In Vivo Application of CRISPR/Cas9 Revealed Implication of Foxa1 and Foxp1 in Prostate Cancer Proliferation and Epithelial Plasticity

SIMPLE SUMMARY: Prostate cancer is diagnosed in one out of eight men, with large implications on life quality. Forkhead box proteins are often found mutated in prostate cancer but their functions are still not fully understood. In this study, we applied CRISPR to investigate the function of two Forkhead box proteins, Foxa1 and Foxp1, in the mouse prostate in combination with loss of Pten. Our results reveal that Foxp1 is a tumor suppressor in prostate cancer progression by controlling proliferation and genes regulated by the androgen receptor. Foxa1 controls cell plasticity, as loss of Foxa1 converted the prostatic luminal cells to basal cells. Hereby, this study sheds light on two distinct functions of Forkhead box proteins in prostate cancer. ABSTRACT: Prostate cancer is the most common cancer in men in the Western world and the number is rising.

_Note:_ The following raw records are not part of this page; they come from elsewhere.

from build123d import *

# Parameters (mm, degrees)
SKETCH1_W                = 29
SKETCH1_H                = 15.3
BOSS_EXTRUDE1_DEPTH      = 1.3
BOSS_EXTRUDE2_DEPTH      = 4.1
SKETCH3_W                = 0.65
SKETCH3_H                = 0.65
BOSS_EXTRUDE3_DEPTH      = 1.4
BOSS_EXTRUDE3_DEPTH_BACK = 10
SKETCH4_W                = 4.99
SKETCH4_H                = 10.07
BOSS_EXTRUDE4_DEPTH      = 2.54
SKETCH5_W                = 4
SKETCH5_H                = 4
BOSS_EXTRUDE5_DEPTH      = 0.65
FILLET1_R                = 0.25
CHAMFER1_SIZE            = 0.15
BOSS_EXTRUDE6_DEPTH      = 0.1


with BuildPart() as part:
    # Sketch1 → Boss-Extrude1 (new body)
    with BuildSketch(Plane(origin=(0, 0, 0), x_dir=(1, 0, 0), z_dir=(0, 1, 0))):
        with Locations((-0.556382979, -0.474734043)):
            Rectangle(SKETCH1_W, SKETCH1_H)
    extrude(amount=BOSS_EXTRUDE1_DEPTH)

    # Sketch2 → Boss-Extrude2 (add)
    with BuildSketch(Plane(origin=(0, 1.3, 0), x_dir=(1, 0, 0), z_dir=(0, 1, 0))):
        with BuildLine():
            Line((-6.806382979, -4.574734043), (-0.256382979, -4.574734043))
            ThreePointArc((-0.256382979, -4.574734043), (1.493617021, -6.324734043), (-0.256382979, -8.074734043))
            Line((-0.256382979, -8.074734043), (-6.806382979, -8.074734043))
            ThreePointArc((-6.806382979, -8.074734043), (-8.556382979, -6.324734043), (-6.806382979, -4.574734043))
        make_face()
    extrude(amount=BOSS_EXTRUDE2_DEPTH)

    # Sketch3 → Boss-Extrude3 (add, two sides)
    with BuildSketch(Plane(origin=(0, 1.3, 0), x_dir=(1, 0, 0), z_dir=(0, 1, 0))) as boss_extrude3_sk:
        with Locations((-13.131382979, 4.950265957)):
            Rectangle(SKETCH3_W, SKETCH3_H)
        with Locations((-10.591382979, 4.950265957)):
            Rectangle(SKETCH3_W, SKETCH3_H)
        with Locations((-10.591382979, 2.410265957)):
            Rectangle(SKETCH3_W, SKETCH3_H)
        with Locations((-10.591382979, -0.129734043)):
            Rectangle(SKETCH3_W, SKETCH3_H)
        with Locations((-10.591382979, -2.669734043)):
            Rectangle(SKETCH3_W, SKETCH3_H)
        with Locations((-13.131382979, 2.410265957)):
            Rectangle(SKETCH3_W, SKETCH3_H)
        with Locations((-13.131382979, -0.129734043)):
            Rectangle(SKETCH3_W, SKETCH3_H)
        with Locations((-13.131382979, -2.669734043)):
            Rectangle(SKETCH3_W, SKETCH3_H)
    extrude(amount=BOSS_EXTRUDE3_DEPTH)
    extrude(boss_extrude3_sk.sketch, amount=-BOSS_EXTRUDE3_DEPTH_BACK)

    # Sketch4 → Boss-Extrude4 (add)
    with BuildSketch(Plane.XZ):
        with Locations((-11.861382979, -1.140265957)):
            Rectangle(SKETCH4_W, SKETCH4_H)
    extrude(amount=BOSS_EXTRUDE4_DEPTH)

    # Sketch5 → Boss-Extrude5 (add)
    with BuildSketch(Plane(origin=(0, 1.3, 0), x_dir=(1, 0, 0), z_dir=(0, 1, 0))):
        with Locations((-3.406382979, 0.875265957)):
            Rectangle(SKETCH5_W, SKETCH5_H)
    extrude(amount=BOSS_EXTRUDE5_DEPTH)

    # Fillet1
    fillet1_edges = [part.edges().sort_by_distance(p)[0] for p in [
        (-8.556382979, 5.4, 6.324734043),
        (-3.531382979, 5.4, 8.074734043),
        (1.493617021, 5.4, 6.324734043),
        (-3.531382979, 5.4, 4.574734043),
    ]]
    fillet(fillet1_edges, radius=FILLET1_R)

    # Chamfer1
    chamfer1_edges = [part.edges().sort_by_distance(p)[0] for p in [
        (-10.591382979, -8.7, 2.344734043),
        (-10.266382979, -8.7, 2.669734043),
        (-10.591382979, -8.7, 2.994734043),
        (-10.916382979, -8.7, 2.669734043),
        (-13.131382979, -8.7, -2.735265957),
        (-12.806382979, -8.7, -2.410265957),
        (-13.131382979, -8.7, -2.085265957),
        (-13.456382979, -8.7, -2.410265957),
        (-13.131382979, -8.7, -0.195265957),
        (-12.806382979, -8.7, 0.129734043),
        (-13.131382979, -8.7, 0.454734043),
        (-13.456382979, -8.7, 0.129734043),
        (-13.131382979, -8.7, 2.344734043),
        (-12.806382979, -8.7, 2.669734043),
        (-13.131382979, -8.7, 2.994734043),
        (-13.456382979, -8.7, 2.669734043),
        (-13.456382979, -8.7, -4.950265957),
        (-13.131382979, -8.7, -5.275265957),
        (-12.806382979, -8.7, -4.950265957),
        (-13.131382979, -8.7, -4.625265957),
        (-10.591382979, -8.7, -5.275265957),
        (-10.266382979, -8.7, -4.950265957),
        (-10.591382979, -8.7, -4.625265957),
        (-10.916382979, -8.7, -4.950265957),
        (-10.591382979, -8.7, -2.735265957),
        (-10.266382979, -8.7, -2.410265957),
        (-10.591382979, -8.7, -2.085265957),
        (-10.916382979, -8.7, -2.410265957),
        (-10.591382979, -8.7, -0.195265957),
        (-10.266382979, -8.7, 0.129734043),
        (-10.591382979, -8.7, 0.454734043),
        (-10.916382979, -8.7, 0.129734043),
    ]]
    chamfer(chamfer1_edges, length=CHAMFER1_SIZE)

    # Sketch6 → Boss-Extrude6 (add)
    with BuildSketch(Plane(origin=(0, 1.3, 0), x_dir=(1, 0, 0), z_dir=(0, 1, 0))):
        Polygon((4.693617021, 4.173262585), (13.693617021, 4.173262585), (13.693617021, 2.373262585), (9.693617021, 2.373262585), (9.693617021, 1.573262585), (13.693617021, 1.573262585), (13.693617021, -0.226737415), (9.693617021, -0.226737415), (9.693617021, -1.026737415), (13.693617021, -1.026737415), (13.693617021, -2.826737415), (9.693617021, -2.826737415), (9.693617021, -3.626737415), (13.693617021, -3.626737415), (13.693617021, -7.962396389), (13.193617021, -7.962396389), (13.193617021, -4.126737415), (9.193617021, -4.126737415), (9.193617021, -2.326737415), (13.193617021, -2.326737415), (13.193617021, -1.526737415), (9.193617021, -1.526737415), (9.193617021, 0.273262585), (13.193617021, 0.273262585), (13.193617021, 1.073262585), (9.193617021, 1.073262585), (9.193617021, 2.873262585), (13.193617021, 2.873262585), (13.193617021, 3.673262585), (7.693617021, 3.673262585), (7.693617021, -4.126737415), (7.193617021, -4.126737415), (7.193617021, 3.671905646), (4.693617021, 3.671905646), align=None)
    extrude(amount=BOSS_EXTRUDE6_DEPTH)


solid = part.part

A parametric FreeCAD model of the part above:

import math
import FreeCAD as App
import Part
import Sketcher

V = App.Vector
Q = App.Units.Quantity


def edges_at(feature, points):
    """Names of the edges that pass closest to the given points."""
    edges = feature.Shape.Edges
    near = lambda p: min(range(len(edges)), key=lambda i: edges[i].distToShape(Part.Vertex(*p))[0])
    return sorted({f"Edge{near(p) + 1}" for p in points})


def add_polygon(sketch, points):
    """Adds a closed chain of lines whose ends are joined by coincident constraints."""
    first, n = sketch.GeometryCount, len(points)
    for a, b in zip(points, points[1:] + points[:1]):
        sketch.addGeometry(Part.LineSegment(App.Vector(*a, 0), App.Vector(*b, 0)), False)
    for i in range(n):
        sketch.addConstraint(Sketcher.Constraint("Coincident", first + i, 2, first + (i + 1) % n, 1))

doc = App.newDocument("Part")
body = doc.addObject("PartDesign::Body", "Body")

# Sketch on XZ plane
sketch1 = body.newObject("Sketcher::SketchObject", "Sketch")
sketch1.AttachmentSupport = (doc.getObject("XZ_Plane"), [""])
sketch1.MapMode = "FlatFace"
add_polygon(sketch1, [(-15, -7), (-15, 8), (14, 8), (14, -7)])  # lines 0-3
sketch1.addConstraint(Sketcher.Constraint("Vertical", 0))
sketch1.addConstraint(Sketcher.Constraint("Horizontal", 1))
sketch1.addConstraint(Sketcher.Constraint("Vertical", 2))
sketch1.addConstraint(Sketcher.Constraint("Horizontal", 3))
sketch1.addConstraint(Sketcher.Constraint("DistanceX", 1, 1, 1, 2, Q("29 mm")))
sketch1.addConstraint(Sketcher.Constraint("DistanceY", 0, 1, 0, 2, Q("15.3 mm")))
sketch1.addConstraint(Sketcher.Constraint("DistanceX", 0, 2, -1, 1, Q("15.056383 mm")))
sketch1.addConstraint(Sketcher.Constraint("DistanceY", -1, 1, 0, 2, Q("8.124734 mm")))
pad1 = body.newObject("PartDesign::Pad", "Pad")
pad1.Profile = sketch1
pad1.Length = 1.3
pad1.Reversed = True

# Sketch on XZ plane
sketch2 = body.newObject("Sketcher::SketchObject", "Sketch001")
sketch2.AttachmentSupport = (doc.getObject("XZ_Plane"), [""])
sketch2.MapMode = "FlatFace"
sketch2.AttachmentOffset = App.Placement(V(0, 0, -1.3), App.Rotation())
sketch2.addGeometry(Part.LineSegment(V(-0.3, 4.6, 0), V(-6.8, 4.6, 0)), False)
sketch2.addGeometry(Part.ArcOfCircle(Part.Circle(V(-6.8, 6.3, 0), V(0, 0, 1), 1.8), math.radians(90), math.radians(270)), False)
sketch2.addGeometry(Part.LineSegment(V(-6.8, 8.1, 0), V(-0.3, 8.1, 0)), False)
sketch2.addGeometry(Part.ArcOfCircle(Part.Circle(V(-0.3, 6.3, 0), V(0, 0, 1), 1.8), math.radians(-90), math.radians(90)), False)
sketch2.addConstraint(Sketcher.Constraint("Tangent", 0, 2, 1, 2))
sketch2.addConstraint(Sketcher.Constraint("Tangent", 1, 1, 2, 1))
sketch2.addConstraint(Sketcher.Constraint("Tangent", 2, 2, 3, 2))
sketch2.addConstraint(Sketcher.Constraint("Tangent", 3, 1, 0, 1))
sketch2.addConstraint(Sketcher.Constraint("Horizontal", 0))
sketch2.addConstraint(Sketcher.Constraint("Horizontal", 2))
sketch2.addConstraint(Sketcher.Constraint("Radius", 1, Q("1.75 mm")))
sketch2.addConstraint(Sketcher.Constraint("DistanceX", 0, 2, 0, 1, Q("6.55 mm")))
sketch2.addConstraint(Sketcher.Constraint("DistanceX", 1, 3, -1, 1, Q("6.806383 mm")))
sketch2.addConstraint(Sketcher.Constraint("DistanceY", -1, 1, 1, 3, Q("6.324734 mm")))
pad2 = body.newObject("PartDesign::Pad", "Pad001")
pad2.Profile = sketch2
pad2.Length = 4.1
pad2.Reversed = True

# Sketch on XZ plane
sketch3 = body.newObject("Sketcher::SketchObject", "Sketch002")
sketch3.AttachmentSupport = (doc.getObject("XZ_Plane"), [""])
sketch3.MapMode = "FlatFace"
sketch3.AttachmentOffset = App.Placement(V(0, 0, -1.3), App.Rotation())
add_polygon(sketch3, [(-13.5, -5.3), (-13.5, -4.6), (-12.8, -4.6), (-12.8, -5.3)])  # lines 0-3
add_polygon(sketch3, [(-10.9, -5.3), (-10.9, -4.6), (-10.3, -4.6), (-10.3, -5.3)])  # lines 4-7
add_polygon(sketch3, [(-10.9, -2.7), (-10.9, -2.1), (-10.3, -2.1), (-10.3, -2.7)])  # lines 8-11
add_polygon(sketch3, [(-10.9, -0.2), (-10.9, 0.5), (-10.3, 0.5), (-10.3, -0.2)])  # lines 12-15
add_polygon(sketch3, [(-10.9, 2.3), (-10.9, 3), (-10.3, 3), (-10.3, 2.3)])  # lines 16-19
add_polygon(sketch3, [(-13.5, -2.7), (-13.5, -2.1), (-12.8, -2.1), (-12.8, -2.7)])  # lines 20-23
add_polygon(sketch3, [(-13.5, -0.2), (-13.5, 0.5), (-12.8, 0.5), (-12.8, -0.2)])  # lines 24-27
add_polygon(sketch3, [(-13.5, 2.3), (-13.5, 3), (-12.8, 3), (-12.8, 2.3)])  # lines 28-31
sketch3.addConstraint(Sketcher.Constraint("Vertical", 0))
sketch3.addConstraint(Sketcher.Constraint("Horizontal", 1))
sketch3.addConstraint(Sketcher.Constraint("Vertical", 2))
sketch3.addConstraint(Sketcher.Constraint("Horizontal", 3))
sketch3.addConstraint(Sketcher.Constraint("Vertical", 4))
sketch3.addConstraint(Sketcher.Constraint("Horizontal", 5))
sketch3.addConstraint(Sketcher.Constraint("Vertical", 6))
sketch3.addConstraint(Sketcher.Constraint("Horizontal", 7))
sketch3.addConstraint(Sketcher.Constraint("Vertical", 8))
sketch3.addConstraint(Sketcher.Constraint("Horizontal", 9))
sketch3.addConstraint(Sketcher.Constraint("Vertical", 10))
sketch3.addConstraint(Sketcher.Constraint("Horizontal", 11))
sketch3.addConstraint(Sketcher.Constraint("Vertical", 12))
sketch3.addConstraint(Sketcher.Constraint("Horizontal", 13))
sketch3.addConstraint(Sketcher.Constraint("Vertical", 14))
sketch3.addConstraint(Sketcher.Constraint("Horizontal", 15))
sketch3.addConstraint(Sketcher.Constraint("Vertical", 16))
sketch3.addConstraint(Sketcher.Constraint("Horizontal", 17))
sketch3.addConstraint(Sketcher.Constraint("Vertical", 18))
sketch3.addConstraint(Sketcher.Constraint("Horizontal", 19))
sketch3.addConstraint(Sketcher.Constraint("Vertical", 20))
sketch3.addConstraint(Sketcher.Constraint("Horizontal", 21))
sketch3.addConstraint(Sketcher.Constraint("Vertical", 22))
sketch3.addConstraint(Sketcher.Constraint("Horizontal", 23))
sketch3.addConstraint(Sketcher.Constraint("Vertical", 24))
sketch3.addConstraint(Sketcher.Constraint("Horizontal", 25))
sketch3.addConstraint(Sketcher.Constraint("Vertical", 26))
sketch3.addConstraint(Sketcher.Constraint("Horizontal", 27))
sketch3.addConstraint(Sketcher.Constraint("Vertical", 28))
sketch3.addConstraint(Sketcher.Constraint("Horizontal", 29))
sketch3.addConstraint(Sketcher.Constraint("Vertical", 30))
sketch3.addConstraint(Sketcher.Constraint("Horizontal", 31))
sketch3.addConstraint(Sketcher.Constraint("Horizontal", 1, 2, 4, 2))
sketch3.addConstraint(Sketcher.Constraint("Horizontal", 3, 2, 6, 2))
sketch3.addConstraint(Sketcher.Constraint("Horizontal", 9, 2, 20, 2))
sketch3.addConstraint(Sketcher.Constraint("Horizontal", 11, 2, 22, 2))
sketch3.addConstraint(Sketcher.Constraint("Horizontal", 13, 2, 24, 2))
sketch3.addConstraint(Sketcher.Constraint("Horizontal", 15, 2, 26, 2))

Prostate cancer is notoriously heterogeneous, which makes it hard to generate and study in pre-clinical models. The family of Forkhead box (FOX) transcription factors are often altered in prostate cancer with especially high mutation burden in FOXA1 and FOXP1. FOXA1 harbors loss or gain of function mutations in 8% of prostate cancer, which increases to 14% in metastatic samples. FOXP1 predominately occurs with loss of function mutations in 7% of primary tumors, and similar incidents are found in metastatic samples. Here, we applied in vivo CRISPR editing, to study the loss of functions of these two FOX transcription factors, in murine prostate in combination with loss of Pten. Deficiency of Foxp1 increased proliferation in combination with loss of Pten. In contrast, proliferation was unchanged when androgen was deprived. The expression of Tmprss2 was increased when Foxp1 was mutated in vivo, showing that Foxp1 is a repressor for this androgen-regulated target. Furthermore, analysis of FOXP1 and TMPRSS2 expression in a human prostate cancer data set revealed a negative correlation. Mutation of Foxa1 in the murine prostate induces cell plasticity to luminal cells. Here, epithelial cells with loss of Foxa1 were transdifferentiated to cells with expression of the basal markers Ck5 and p63. Interestingly, these cells were located in the lumen and did not co-express Ck8. Overall, this study reveals that loss of Foxp1 increases cell proliferation, whereas loss of Foxa1 induces epithelial plasticity in prostate cancer.